■ **WHAT YOU ARE ASKED TO DO**: For the records that follow, please set down exactly the lines between the one holding "solid = part.part" and the one holding "Rebuilt in FreeCAD, every", inclusive, and only those.

Stored items
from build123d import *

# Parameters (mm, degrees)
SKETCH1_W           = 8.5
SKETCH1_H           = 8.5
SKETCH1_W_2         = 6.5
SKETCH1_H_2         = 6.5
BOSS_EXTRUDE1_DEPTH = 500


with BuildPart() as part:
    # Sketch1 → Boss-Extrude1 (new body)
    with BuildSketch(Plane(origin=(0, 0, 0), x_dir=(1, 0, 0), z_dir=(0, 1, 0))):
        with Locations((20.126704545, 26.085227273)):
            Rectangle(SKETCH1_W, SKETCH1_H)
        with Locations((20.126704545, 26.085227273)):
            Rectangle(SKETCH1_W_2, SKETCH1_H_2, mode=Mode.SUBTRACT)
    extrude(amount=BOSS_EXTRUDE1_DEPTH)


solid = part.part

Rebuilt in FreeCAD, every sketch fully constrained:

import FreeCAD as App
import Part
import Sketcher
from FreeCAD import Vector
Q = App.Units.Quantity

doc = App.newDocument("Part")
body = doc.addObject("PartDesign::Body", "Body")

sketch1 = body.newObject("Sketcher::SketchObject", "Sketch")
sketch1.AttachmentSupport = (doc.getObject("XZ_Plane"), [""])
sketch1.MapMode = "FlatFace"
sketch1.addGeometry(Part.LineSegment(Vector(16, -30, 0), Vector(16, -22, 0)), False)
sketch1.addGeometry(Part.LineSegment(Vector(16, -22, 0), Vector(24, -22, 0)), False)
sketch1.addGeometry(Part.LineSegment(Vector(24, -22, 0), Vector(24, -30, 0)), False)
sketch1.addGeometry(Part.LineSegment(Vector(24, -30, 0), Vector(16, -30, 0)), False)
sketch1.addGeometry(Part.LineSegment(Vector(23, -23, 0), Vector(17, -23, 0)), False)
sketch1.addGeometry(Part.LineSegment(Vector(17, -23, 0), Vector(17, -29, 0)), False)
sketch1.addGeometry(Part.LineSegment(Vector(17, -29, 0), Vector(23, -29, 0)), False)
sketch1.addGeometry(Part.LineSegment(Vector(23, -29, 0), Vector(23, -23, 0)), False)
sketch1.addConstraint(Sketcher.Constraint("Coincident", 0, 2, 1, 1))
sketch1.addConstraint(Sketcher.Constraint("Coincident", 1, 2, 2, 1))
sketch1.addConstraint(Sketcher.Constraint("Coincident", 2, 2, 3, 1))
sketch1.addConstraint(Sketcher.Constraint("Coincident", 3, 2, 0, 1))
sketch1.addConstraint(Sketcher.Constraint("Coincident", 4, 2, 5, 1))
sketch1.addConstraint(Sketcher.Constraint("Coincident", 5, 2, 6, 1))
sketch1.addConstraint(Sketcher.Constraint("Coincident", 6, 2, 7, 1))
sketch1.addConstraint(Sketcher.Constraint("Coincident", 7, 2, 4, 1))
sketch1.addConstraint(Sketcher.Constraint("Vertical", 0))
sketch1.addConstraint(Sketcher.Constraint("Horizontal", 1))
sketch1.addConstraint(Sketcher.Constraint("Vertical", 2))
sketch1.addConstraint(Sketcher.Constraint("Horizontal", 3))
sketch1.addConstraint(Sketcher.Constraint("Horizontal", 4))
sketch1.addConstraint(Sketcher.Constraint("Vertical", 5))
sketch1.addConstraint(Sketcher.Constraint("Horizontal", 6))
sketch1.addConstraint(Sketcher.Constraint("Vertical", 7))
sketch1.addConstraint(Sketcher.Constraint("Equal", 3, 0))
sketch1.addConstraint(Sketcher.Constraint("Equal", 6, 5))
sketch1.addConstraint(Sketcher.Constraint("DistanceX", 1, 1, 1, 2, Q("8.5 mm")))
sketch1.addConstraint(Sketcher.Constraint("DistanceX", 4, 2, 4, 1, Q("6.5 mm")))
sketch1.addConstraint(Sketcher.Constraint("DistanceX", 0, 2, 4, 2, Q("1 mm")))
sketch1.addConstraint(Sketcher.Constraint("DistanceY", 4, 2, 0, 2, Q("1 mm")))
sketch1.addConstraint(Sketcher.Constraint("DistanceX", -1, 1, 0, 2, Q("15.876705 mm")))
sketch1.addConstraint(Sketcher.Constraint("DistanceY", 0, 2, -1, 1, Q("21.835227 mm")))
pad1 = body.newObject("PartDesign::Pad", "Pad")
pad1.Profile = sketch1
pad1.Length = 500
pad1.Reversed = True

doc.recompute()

■ **TASK RESULT**:
solid = part.part

Rebuilt in FreeCAD, every sketch fully constrained:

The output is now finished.